The combination of CRP isoforms with oxLDL decreases TNF‑α and IL‑6 release by U937‑derived macrophages
- Authors:
- Published online on: July 21, 2017 https://doi.org/10.3892/br.2017.949
- Pages: 272-276
Abstract
Introduction
Atherosclerosis is an inflammatory disease of arteries frequently leading to heart attacks and death (1). Investigators have previously suggested that C-reactive protein (CRP) induce atherosclerosis via different signaling pathways (2).

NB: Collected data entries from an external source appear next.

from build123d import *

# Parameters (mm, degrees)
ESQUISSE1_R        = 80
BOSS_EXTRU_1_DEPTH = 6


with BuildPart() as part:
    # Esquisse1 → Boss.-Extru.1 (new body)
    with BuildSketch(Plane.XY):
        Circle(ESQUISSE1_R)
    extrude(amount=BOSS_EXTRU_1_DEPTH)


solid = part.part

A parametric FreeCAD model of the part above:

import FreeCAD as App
import Part
import Sketcher

V = App.Vector

doc = App.newDocument("Part")
body = doc.addObject("PartDesign::Body", "Body")

# Sketch on XY plane
sketch1 = body.newObject("Sketcher::SketchObject", "Sketch")
sketch1.AttachmentSupport = (doc.getObject("XY_Plane"), [""])
sketch1.MapMode = "FlatFace"
sketch1.addGeometry(Part.Circle(V(0, 0, 0), V(0, 0, 1), 80), False)
sketch1.addConstraint([
    Sketcher.Constraint("Coincident", 0, 3, -1, 1),
    Sketcher.Constraint("Diameter", 0, 160.0),
])
pad1 = body.newObject("PartDesign::Pad", "Pad")
pad1.Profile = sketch1
pad1.Length = 6

doc.recompute()
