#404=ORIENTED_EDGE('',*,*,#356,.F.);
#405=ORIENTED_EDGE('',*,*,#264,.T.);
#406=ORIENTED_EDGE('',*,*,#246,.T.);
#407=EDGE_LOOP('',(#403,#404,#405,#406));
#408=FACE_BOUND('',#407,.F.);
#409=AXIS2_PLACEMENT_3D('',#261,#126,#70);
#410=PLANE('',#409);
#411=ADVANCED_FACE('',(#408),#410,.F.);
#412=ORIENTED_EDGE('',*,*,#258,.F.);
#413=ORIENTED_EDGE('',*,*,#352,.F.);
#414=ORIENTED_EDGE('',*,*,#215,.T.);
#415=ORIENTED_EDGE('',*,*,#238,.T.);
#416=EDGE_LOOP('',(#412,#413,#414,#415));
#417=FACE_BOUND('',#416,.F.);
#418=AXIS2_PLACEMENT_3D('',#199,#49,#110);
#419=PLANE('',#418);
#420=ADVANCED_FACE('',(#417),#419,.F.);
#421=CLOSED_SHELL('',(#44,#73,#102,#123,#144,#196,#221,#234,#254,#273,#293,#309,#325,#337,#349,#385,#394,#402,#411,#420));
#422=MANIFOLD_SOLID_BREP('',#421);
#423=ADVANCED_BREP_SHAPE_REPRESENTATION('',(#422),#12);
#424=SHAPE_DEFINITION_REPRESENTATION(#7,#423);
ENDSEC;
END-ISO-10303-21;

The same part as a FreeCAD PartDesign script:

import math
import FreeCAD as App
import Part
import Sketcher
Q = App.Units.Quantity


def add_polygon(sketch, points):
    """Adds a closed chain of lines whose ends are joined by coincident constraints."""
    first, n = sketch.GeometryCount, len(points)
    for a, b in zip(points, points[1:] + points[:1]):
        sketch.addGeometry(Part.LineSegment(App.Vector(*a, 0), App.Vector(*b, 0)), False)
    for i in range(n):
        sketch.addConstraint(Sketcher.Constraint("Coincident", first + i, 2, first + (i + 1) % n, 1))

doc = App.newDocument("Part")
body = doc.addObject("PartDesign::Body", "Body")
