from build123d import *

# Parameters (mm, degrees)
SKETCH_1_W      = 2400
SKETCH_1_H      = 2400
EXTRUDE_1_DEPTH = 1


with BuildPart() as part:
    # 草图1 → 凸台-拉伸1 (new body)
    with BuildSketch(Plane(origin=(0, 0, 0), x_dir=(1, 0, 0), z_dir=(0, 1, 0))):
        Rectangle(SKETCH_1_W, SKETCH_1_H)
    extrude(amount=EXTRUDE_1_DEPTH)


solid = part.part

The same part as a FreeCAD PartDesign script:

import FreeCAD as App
import Part
import Sketcher


def add_polygon(sketch, points):
    """Adds a closed chain of lines whose ends are joined by coincident constraints."""
    first, n = sketch.GeometryCount, len(points)
    for a, b in zip(points, points[1:] + points[:1]):
        sketch.addGeometry(Part.LineSegment(App.Vector(*a, 0), App.Vector(*b, 0)), False)
    for i in range(n):
        sketch.addConstraint(Sketcher.Constraint("Coincident", first + i, 2, first + (i + 1) % n, 1))

doc = App.newDocument("Part")
params = doc.addObject("Spreadsheet::Sheet", "Params")
for row, (alias, value) in enumerate([
    ("sketch1_width", "2400 mm"),
    ("pad1_length", "1 mm"),
], start=1):
    params.set(f"A{row}", alias)
    params.set(f"B{row}", "=" + value)
    params.setAlias(f"B{row}", alias)

body = doc.addObject("PartDesign::Body", "Body")

# Sketch on XZ plane
sketch1 = body.newObject("Sketcher::SketchObject", "Sketch")
sketch1.AttachmentSupport = (doc.getObject("XZ_Plane"), [""])
sketch1.MapMode = "FlatFace"
add_polygon(sketch1, [(-1200, -1200), (-1200, 1200), (1200, 1200), (1200, -1200)])  # lines 0-3
sketch1.addConstraint([
    Sketcher.Constraint("Vertical", 0),
    Sketcher.Constraint("Horizontal", 1),
    Sketcher.Constraint("Vertical", 2),
    Sketcher.Constraint("Horizontal", 3),
    Sketcher.Constraint("Symmetric", 0, 2, 2, 2, -1, 1),
    Sketcher.Constraint("Equal", 3, 0),
    Sketcher.Constraint("DistanceX", 1, 1, 1, 2, 2400.0),
])
sketch1.setExpression("Constraints[10]", "Params.sketch1_width")
pad1 = body.newObject("PartDesign::Pad", "Pad")
pad1.Profile = sketch1
pad1.setExpression("Length", "Params.pad1_length")
pad1.Reversed = True

doc.recompute()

Two isoforms of CRP have been identified thus far: pentameric (p)CRP and monomeric (m)CRP (3). Although the role of these isoforms is debatable, the majority of studies suggested anti-inflammatory and pro-inflammatory roles for pCRP and mCRP, respectively (3–6).
One of the proposed mechanisms underlying CRP action suggests that circulating CRPs initially bind to adherent platelets at the endothelial level of the artery. Subsequently, these activated platelets (7,8) whereby other cells (9) trigger the dissociation of pCRP into five monomers on its membrane. mCRPs activate monocytes through the inflammatory process, as previously described (10).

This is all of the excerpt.